When the leading coefficient is 1, the possible rational zeros are the factors of the constant term.

Examples

• For $f(x) = 3x^3 + 2x^2 - 7x + 2$, the factors of the constant term 2 are $p = \pm 1, \pm 2$. The factors of the leading coefficient 3 are $q = \pm 1, \pm 3$. The possible rational zeros $\frac{p}{q}$ are $\pm 1, \pm 2, \pm \frac{1}{3}, \pm \frac{2}{3}$.

Property

To find the zeros of a polynomial function $f$:

1. Use the Rational Zero Theorem to list all possible rational zeros of the function.
2. Use synthetic division to evaluate a given possible zero by synthetically dividing the candidate into the polynomial. If the remainder is 0, the candidate is a zero. If the remainder is not zero, discard the candidate.
3. Repeat step two using the quotient found with synthetic division. If possible, continue until the quotient is a quadratic.
4. Find the zeros of the quadratic function by factoring or using the quadratic formula.

Examples

• To find the zeros of $f(x) = x^3 - 4x^2 + x + 6$, we test possible rational zeros. We find $x = 2$ is a zero. The quotient is $x^2 - 2x - 3$, which factors to $(x-3)(x+1)$. The zeros are $2, 3, -1$.

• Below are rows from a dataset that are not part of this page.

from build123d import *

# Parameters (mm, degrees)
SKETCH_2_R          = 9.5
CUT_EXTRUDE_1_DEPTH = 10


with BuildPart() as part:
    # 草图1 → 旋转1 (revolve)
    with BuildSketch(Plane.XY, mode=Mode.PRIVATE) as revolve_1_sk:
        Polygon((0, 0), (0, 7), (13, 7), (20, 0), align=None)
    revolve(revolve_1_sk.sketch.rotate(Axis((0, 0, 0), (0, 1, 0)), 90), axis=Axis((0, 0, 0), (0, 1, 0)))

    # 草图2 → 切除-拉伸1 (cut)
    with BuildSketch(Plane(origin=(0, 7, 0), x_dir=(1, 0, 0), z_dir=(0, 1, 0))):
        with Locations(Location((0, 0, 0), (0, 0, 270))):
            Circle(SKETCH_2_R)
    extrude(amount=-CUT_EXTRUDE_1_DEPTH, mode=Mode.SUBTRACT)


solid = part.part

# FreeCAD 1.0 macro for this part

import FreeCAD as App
import Part
import Sketcher
from FreeCAD import Vector
Q = App.Units.Quantity


def add_polygon(sketch, points):
    """Adds a closed chain of lines whose ends are joined by coincident constraints."""
    first, n = sketch.GeometryCount, len(points)
    for a, b in zip(points, points[1:] + points[:1]):
        sketch.addGeometry(Part.LineSegment(App.Vector(*a, 0), App.Vector(*b, 0)), False)
    for i in range(n):
        sketch.addConstraint(Sketcher.Constraint("Coincident", first + i, 2, first + (i + 1) % n, 1))

doc = App.newDocument("Part")
body = doc.addObject("PartDesign::Body", "Body")

# Sketch on XY plane
sketch1 = body.newObject("Sketcher::SketchObject", "Sketch")
sketch1.AttachmentSupport = (doc.getObject("XY_Plane"), [""])
sketch1.MapMode = "FlatFace"
add_polygon(sketch1, [(0, 7), (0, 0), (20, 0), (13, 7)])  # lines 0-3
sketch1.addConstraint(Sketcher.Constraint("Vertical", 0))
sketch1.addConstraint(Sketcher.Constraint("Horizontal", 1))
sketch1.addConstraint(Sketcher.Constraint("Horizontal", 3))
sketch1.addConstraint(Sketcher.Constraint("Coincident", 0, 2, -1, 1))
sketch1.addConstraint(Sketcher.Constraint("DistanceX", 1, 1, 1, 2, Q("20 mm")))
sketch1.addConstraint(Sketcher.Constraint("DistanceX", 3, 2, 3, 1, Q("13 mm")))
sketch1.addConstraint(Sketcher.Constraint("DistanceY", 0, 2, 0, 1, Q("7 mm")))
revolution = body.newObject("PartDesign::Revolution", "Revolution")
revolution.Profile = sketch1
revolution.ReferenceAxis = (sketch1, ["V_Axis"])
revolution.Angle = 360

# Sketch on XZ plane
sketch2 = body.newObject("Sketcher::SketchObject", "Sketch001")
sketch2.AttachmentSupport = (doc.getObject("XZ_Plane"), [""])
sketch2.MapMode = "FlatFace"
sketch2.AttachmentOffset = App.Placement(Vector(0, 0, -7), App.Rotation())
sketch2.addGeometry(Part.Circle(Vector(0, 0, 0), Vector(0, 0, 1), 9.5), False)
sketch2.addConstraint(Sketcher.Constraint("Coincident", 0, 3, -1, 1))
sketch2.addConstraint(Sketcher.Constraint("Diameter", 0, Q("19 mm")))
pocket1 = body.newObject("PartDesign::Pocket", "Pocket")
pocket1.Profile = sketch2
pocket1.Length = 10
pocket1.Reversed = True

doc.recompute()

• Find all zeros of $f(x) = 2x^3 - x^2 - 13x - 6$. Possible rational zeros include $\pm 1, \pm 2, \dots$. Testing shows $x=-2$ is a zero. The remaining quadratic is $2x^2-5x-3=0$, which gives $x=3$ and $x=-\frac{1}{2}$.

Property

The Fundamental Theorem of Algebra states that, if $f(x)$ is a polynomial of degree $n > 0$, then $f(x)$ has at least one complex zero.

We can use this theorem to argue that, if $f(x)$ is a polynomial of degree $n > 0$, and $a$ is a non-zero real number, then $f(x)$ has exactly $n$ linear factors

Property

According to the Linear Factorization Theorem, a polynomial function will have the same number of factors as its degree, and each factor will be in the form $(x - c)$, where $c$ is a complex number.

If the polynomial function $f$ has real coefficients and a complex zero in the form $a + bi$, then the complex conjugate of the zero, $a - bi$, is also a zero. This is the Complex Conjugate Theorem.

Examples

• Find a polynomial with real coefficients and zeros at 2 and $3i$. By the Complex Conjugate Theorem, $-3i$ must also be a zero. So, $f(x) = a(x-2)(x-3i)(x+3i) = a(x-2)(x^2+9)$.

Property

According to Descartes’ Rule of Signs, if we let $f(x) = a_n x^n + a_{n-1} x^{n-1} + \ldots + a_1 x + a_0$ be a polynomial function with real coefficients:

• The number of positive real zeros is either equal to the number of sign changes of $f(x)$ or is less than the number of sign changes by an even integer.
• The number of negative real zeros is either equal to the number of sign changes of $f(-x)$ or is less than the number of sign changes by an even integer.

Examples

• For $f(x) = x^3 - 2x^2 + 3x - 4$, the signs are $+, -, +, -$. There are 3 sign changes, so there are 3 or 1 positive real zeros.

• For $f(x) = x^4 + 2x^3 + x^2 + 5x + 1$, the signs are all positive. There are 0 sign changes, so there are no positive real zeros.